YOUR OBJECTIVE ::
Among the lines below, a stretch begins at the one with "e62 v55 v55" and ends at the one with "face CYL(AX(P(-13,2.5,-4),D(0,-1,0),D(0,0,-1)),1) rev". Repeat that stretch exactly, ends included.

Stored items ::
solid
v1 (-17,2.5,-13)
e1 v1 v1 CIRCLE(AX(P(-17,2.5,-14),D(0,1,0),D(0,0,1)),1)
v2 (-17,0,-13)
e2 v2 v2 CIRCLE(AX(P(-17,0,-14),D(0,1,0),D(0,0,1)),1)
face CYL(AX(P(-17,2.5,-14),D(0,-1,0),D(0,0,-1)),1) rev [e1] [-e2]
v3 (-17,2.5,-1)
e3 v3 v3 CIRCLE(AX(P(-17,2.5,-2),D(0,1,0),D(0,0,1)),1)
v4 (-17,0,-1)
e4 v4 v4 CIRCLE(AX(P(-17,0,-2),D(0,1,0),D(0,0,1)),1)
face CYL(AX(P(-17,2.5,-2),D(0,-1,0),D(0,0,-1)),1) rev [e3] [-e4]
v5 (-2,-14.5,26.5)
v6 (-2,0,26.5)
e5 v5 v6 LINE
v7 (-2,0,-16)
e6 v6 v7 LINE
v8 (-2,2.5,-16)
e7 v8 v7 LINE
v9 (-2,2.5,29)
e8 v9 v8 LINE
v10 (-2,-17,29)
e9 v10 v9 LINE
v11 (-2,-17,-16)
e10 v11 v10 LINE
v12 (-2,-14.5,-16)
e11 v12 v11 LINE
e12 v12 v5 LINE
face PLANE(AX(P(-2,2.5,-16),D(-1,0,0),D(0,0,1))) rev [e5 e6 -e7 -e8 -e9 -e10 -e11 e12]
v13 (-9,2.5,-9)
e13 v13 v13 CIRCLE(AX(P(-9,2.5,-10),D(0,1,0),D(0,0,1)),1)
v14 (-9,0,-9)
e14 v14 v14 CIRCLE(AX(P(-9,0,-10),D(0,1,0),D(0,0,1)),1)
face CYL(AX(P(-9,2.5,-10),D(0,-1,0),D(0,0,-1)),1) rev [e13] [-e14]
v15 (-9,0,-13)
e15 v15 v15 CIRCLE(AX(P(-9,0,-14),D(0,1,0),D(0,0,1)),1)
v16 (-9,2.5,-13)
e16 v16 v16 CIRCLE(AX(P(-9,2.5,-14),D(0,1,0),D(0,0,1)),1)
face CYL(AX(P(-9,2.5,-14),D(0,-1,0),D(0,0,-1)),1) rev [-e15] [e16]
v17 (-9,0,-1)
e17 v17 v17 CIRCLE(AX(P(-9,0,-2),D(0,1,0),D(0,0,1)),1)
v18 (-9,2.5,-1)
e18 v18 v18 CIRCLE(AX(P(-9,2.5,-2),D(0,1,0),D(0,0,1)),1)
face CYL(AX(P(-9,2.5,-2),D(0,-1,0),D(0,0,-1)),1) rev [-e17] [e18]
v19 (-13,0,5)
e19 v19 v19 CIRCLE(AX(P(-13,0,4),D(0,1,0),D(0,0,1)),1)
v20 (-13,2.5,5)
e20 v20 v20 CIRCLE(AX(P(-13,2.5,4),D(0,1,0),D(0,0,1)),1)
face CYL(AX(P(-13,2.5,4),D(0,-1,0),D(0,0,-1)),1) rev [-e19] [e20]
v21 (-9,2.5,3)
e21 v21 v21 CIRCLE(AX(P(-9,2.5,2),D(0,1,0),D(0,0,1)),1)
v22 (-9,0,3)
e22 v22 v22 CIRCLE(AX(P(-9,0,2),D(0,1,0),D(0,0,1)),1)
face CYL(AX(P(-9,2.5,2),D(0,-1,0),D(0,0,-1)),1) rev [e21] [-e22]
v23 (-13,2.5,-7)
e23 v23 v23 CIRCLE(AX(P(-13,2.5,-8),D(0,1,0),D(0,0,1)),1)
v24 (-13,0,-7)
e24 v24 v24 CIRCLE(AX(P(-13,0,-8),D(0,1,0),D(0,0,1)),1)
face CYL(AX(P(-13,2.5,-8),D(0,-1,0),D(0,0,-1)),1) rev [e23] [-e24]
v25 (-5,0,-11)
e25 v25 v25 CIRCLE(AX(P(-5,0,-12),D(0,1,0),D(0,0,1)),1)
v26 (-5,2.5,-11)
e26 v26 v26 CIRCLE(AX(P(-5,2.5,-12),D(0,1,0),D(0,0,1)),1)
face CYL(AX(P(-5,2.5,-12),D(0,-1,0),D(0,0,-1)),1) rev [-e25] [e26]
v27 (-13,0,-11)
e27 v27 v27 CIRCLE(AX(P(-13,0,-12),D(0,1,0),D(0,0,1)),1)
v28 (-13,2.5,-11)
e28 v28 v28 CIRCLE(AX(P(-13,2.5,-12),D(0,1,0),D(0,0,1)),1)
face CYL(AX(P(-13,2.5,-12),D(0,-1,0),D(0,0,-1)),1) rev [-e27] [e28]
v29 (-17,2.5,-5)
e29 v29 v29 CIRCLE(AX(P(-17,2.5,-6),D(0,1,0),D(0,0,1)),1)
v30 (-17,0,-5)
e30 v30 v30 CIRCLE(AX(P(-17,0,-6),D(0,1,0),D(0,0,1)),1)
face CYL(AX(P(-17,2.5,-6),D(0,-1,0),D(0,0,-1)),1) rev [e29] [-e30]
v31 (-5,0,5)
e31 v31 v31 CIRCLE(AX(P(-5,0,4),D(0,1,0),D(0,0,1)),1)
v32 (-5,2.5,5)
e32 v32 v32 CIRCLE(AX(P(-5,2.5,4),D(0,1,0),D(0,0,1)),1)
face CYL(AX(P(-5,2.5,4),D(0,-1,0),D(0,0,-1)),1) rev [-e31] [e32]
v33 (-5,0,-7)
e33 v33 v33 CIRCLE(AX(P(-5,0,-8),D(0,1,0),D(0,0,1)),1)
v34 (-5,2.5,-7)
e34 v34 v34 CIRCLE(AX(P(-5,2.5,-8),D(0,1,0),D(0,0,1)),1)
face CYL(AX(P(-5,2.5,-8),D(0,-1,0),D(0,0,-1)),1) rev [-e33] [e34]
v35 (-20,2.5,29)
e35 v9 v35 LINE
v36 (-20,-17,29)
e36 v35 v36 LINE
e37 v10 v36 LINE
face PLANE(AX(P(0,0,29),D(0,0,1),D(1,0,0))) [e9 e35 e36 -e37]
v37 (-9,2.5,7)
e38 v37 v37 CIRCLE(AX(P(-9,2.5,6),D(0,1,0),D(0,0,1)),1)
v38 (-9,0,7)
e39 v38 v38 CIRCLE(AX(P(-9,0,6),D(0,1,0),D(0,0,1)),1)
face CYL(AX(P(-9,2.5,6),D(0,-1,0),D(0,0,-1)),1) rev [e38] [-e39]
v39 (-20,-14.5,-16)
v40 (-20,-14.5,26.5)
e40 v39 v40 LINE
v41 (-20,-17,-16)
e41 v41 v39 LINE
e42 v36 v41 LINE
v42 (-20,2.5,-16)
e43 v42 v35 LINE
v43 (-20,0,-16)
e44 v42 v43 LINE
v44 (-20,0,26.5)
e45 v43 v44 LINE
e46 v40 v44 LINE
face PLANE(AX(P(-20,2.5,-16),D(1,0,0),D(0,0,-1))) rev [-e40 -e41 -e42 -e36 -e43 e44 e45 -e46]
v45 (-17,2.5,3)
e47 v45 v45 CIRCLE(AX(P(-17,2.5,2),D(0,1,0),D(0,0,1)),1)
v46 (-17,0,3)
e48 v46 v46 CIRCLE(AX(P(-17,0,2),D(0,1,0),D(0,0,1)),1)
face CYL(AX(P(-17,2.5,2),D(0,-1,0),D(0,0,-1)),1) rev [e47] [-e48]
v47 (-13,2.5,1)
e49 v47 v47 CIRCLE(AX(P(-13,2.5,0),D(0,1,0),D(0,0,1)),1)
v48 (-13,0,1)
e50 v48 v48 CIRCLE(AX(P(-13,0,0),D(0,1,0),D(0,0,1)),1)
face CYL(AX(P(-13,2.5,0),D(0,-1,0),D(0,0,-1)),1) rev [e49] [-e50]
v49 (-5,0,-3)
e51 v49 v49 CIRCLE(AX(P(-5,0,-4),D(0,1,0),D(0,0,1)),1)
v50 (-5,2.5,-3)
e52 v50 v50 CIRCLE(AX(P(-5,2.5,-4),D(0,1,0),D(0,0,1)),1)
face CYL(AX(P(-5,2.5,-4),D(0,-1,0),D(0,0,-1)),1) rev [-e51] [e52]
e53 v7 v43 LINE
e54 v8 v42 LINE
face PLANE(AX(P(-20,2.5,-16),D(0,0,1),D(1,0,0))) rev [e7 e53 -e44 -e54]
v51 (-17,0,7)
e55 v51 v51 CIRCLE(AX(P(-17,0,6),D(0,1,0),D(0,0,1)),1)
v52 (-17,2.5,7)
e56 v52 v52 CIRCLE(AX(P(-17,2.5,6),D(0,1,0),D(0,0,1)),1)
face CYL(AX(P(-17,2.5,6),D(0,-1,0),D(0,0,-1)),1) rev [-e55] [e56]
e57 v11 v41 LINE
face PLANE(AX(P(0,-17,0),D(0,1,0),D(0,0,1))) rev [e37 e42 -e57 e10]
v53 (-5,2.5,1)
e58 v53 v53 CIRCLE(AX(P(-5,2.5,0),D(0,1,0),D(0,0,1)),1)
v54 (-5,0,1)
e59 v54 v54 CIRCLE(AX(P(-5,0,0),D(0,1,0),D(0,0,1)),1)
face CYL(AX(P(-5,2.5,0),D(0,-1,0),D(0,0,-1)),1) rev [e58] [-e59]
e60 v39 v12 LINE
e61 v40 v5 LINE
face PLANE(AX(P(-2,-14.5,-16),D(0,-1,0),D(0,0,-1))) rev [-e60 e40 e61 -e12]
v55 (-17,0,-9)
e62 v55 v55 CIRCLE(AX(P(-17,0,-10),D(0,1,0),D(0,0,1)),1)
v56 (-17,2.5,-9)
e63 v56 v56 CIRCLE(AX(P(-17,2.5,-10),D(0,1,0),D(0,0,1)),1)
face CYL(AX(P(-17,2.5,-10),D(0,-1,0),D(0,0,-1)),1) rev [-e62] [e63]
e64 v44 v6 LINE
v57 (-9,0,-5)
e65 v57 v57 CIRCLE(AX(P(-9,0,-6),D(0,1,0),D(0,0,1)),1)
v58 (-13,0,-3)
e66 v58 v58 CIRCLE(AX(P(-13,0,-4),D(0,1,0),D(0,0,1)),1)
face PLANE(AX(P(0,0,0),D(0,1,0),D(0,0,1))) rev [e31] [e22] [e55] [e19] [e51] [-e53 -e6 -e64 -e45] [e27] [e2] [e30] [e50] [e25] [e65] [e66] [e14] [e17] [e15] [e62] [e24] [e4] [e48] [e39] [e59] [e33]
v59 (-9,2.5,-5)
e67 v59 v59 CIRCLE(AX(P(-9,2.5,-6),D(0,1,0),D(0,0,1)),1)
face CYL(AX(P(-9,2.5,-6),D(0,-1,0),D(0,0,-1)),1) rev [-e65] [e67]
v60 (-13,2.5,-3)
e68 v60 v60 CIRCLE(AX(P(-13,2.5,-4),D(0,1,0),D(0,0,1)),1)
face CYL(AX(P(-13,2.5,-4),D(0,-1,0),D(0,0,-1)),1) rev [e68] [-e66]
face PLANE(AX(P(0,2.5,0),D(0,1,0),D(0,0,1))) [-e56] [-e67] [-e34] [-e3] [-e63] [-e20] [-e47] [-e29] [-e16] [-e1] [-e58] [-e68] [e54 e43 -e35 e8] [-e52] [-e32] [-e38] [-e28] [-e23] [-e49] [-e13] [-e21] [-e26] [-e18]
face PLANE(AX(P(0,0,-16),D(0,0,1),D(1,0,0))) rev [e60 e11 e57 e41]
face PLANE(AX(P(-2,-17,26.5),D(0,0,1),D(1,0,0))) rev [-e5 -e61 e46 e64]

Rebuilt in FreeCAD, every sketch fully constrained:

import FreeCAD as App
import Part
import Sketcher
Q = App.Units.Quantity

doc = App.newDocument("Part")
body = doc.addObject("PartDesign::Body", "Body")

# Sketch on XZ plane
sketch1 = doc.addObject("Sketcher::SketchObject", "Sketch")
body.addObject(sketch1)
sketch1.AttachmentSupport = (doc.XZ_Plane, [""])
sketch1.MapMode = "FlatFace"
sketch1.addGeometry(Part.LineSegment(App.Vector(-20, -16, 0), App.Vector(-20, 8, 0)), False)
sketch1.addGeometry(Part.LineSegment(App.Vector(-20, 8, 0), App.Vector(-2, 8, 0)), False)
sketch1.addGeometry(Part.LineSegment(App.Vector(-2, 8, 0), App.Vector(-2, -16, 0)), False)
sketch1.addGeometry(Part.LineSegment(App.Vector(-2, -16, 0), App.Vector(-20, -16, 0)), False)
sketch1.addGeometry(Part.Circle(App.Vector(-17, 6, 0), App.Vector(0, 0, 1), 1), False)
sketch1.addGeometry(Part.Circle(App.Vector(-17, 2, 0), App.Vector(0, 0, 1), 1), False)
sketch1.addGeometry(Part.Circle(App.Vector(-13, 4, 0), App.Vector(0, 0, 1), 1), False)
sketch1.addGeometry(Part.Circle(App.Vector(-17, -2, 0), App.Vector(0, 0, 1), 1), False)
sketch1.addGeometry(Part.Circle(App.Vector(-13, 0, 0), App.Vector(0, 0, 1), 1), False)
sketch1.addGeometry(Part.Circle(App.Vector(-9, 6, 0), App.Vector(0, 0, 1), 1), False)
sketch1.addGeometry(Part.Circle(App.Vector(-9, 2, 0), App.Vector(0, 0, 1), 1), False)
sketch1.addGeometry(Part.Circle(App.Vector(-5, 4, 0), App.Vector(0, 0, 1), 1), False)
sketch1.addGeometry(Part.Circle(App.Vector(-9, -2, 0), App.Vector(0, 0, 1), 1), False)
sketch1.addGeometry(Part.Circle(App.Vector(-5, 0, 0), App.Vector(0, 0, 1), 1), False)
sketch1.addGeometry(Part.Circle(App.Vector(-17, -6, 0), App.Vector(0, 0, 1), 1), False)
sketch1.addGeometry(Part.Circle(App.Vector(-13, -4, 0), App.Vector(0, 0, 1), 1), False)
sketch1.addGeometry(Part.Circle(App.Vector(-13, -8, 0), App.Vector(0, 0, 1), 1), False)
sketch1.addGeometry(Part.Circle(App.Vector(-17, -10, 0), App.Vector(0, 0, 1), 1), False)
sketch1.addGeometry(Part.Circle(App.Vector(-17, -14, 0), App.Vector(0, 0, 1), 1), False)
sketch1.addGeometry(Part.Circle(App.Vector(-13, -12, 0), App.Vector(0, 0, 1), 1), False)
sketch1.addGeometry(Part.Circle(App.Vector(-9, -6, 0), App.Vector(0, 0, 1), 1), False)
sketch1.addGeometry(Part.Circle(App.Vector(-5, -4, 0), App.Vector(0, 0, 1), 1), False)
sketch1.addGeometry(Part.Circle(App.Vector(-5, -8, 0), App.Vector(0, 0, 1), 1), False)
sketch1.addGeometry(Part.Circle(App.Vector(-9, -10, 0), App.Vector(0, 0, 1), 1), False)
sketch1.addGeometry(Part.Circle(App.Vector(-9, -14, 0), App.Vector(0, 0, 1), 1), False)
sketch1.addGeometry(Part.Circle(App.Vector(-5, -12, 0), App.Vector(0, 0, 1), 1), False)
sketch1.addConstraint(Sketcher.Constraint("Coincident", 0, 2, 1, 1))
sketch1.addConstraint(Sketcher.Constraint("Coincident", 1, 2, 2, 1))
sketch1.addConstraint(Sketcher.Constraint("Coincident", 2, 2, 3, 1))
sketch1.addConstraint(Sketcher.Constraint("Coincident", 3, 2, 0, 1))
sketch1.addConstraint(Sketcher.Constraint("Vertical", 0))
sketch1.addConstraint(Sketcher.Constraint("Horizontal", 1))
sketch1.addConstraint(Sketcher.Constraint("Vertical", 2))
sketch1.addConstraint(Sketcher.Constraint("Horizontal", 3))
sketch1.addConstraint(Sketcher.Constraint("Equal", 4, 5))
sketch1.addConstraint(Sketcher.Constraint("Equal", 5, 6))
sketch1.addConstraint(Sketcher.Constraint("Equal", 6, 7))
sketch1.addConstraint(Sketcher.Constraint("Equal", 7, 8))
sketch1.addConstraint(Sketcher.Constraint("Equal", 8, 9))
sketch1.addConstraint(Sketcher.Constraint("Equal", 9, 10))
sketch1.addConstraint(Sketcher.Constraint("Equal", 10, 11))
sketch1.addConstraint(Sketcher.Constraint("Equal", 11, 12))
sketch1.addConstraint(Sketcher.Constraint("Equal", 12, 13))
sketch1.addConstraint(Sketcher.Constraint("Equal", 13, 14))
sketch1.addConstraint(Sketcher.Constraint("Equal", 14, 15))
sketch1.addConstraint(Sketcher.Constraint("Equal", 15, 16))
sketch1.addConstraint(Sketcher.Constraint("Equal", 16, 17))
sketch1.addConstraint(Sketcher.Constraint("Equal", 17, 18))
sketch1.addConstraint(Sketcher.Constraint("Equal", 18, 19))
sketch1.addConstraint(Sketcher.Constraint("Equal", 19, 20))
sketch1.addConstraint(Sketcher.Constraint("Equal", 20, 21))
sketch1.addConstraint(Sketcher.Constraint("Equal", 21, 22))
sketch1.addConstraint(Sketcher.Constraint("Equal", 22, 23))
sketch1.addConstraint(Sketcher.Constraint("Equal", 23, 24))
sketch1.addConstraint(Sketcher.Constraint("Equal", 24, 25))
sketch1.addConstraint(Sketcher.Constraint("Symmetric", 5, 3, 7, 3, -1))
sketch1.addConstraint(Sketcher.Constraint("Symmetric", 10, 3, 12, 3, -1))
sketch1.addConstraint(Sketcher.Constraint("Symmetric", 4, 3, 14, 3, -1))
sketch1.addConstraint(Sketcher.Constraint("Symmetric", 6, 3, 15, 3, -1))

EXERCISE ANSWER ::
e62 v55 v55 CIRCLE(AX(P(-17,0,-10),D(0,1,0),D(0,0,1)),1)
v56 (-17,2.5,-9)
e63 v56 v56 CIRCLE(AX(P(-17,2.5,-10),D(0,1,0),D(0,0,1)),1)
face CYL(AX(P(-17,2.5,-10),D(0,-1,0),D(0,0,-1)),1) rev [-e62] [e63]
e64 v44 v6 LINE
v57 (-9,0,-5)
e65 v57 v57 CIRCLE(AX(P(-9,0,-6),D(0,1,0),D(0,0,1)),1)
v58 (-13,0,-3)
e66 v58 v58 CIRCLE(AX(P(-13,0,-4),D(0,1,0),D(0,0,1)),1)
face PLANE(AX(P(0,0,0),D(0,1,0),D(0,0,1))) rev [e31] [e22] [e55] [e19] [e51] [-e53 -e6 -e64 -e45] [e27] [e2] [e30] [e50] [e25] [e65] [e66] [e14] [e17] [e15] [e62] [e24] [e4] [e48] [e39] [e59] [e33]
v59 (-9,2.5,-5)
e67 v59 v59 CIRCLE(AX(P(-9,2.5,-6),D(0,1,0),D(0,0,1)),1)
face CYL(AX(P(-9,2.5,-6),D(0,-1,0),D(0,0,-1)),1) rev [-e65] [e67]
v60 (-13,2.5,-3)
e68 v60 v60 CIRCLE(AX(P(-13,2.5,-4),D(0,1,0),D(0,0,1)),1)
face CYL(AX(P(-13,2.5,-4),D(0,-1,0),D(0,0,-1)),1) rev [e68] [-e66]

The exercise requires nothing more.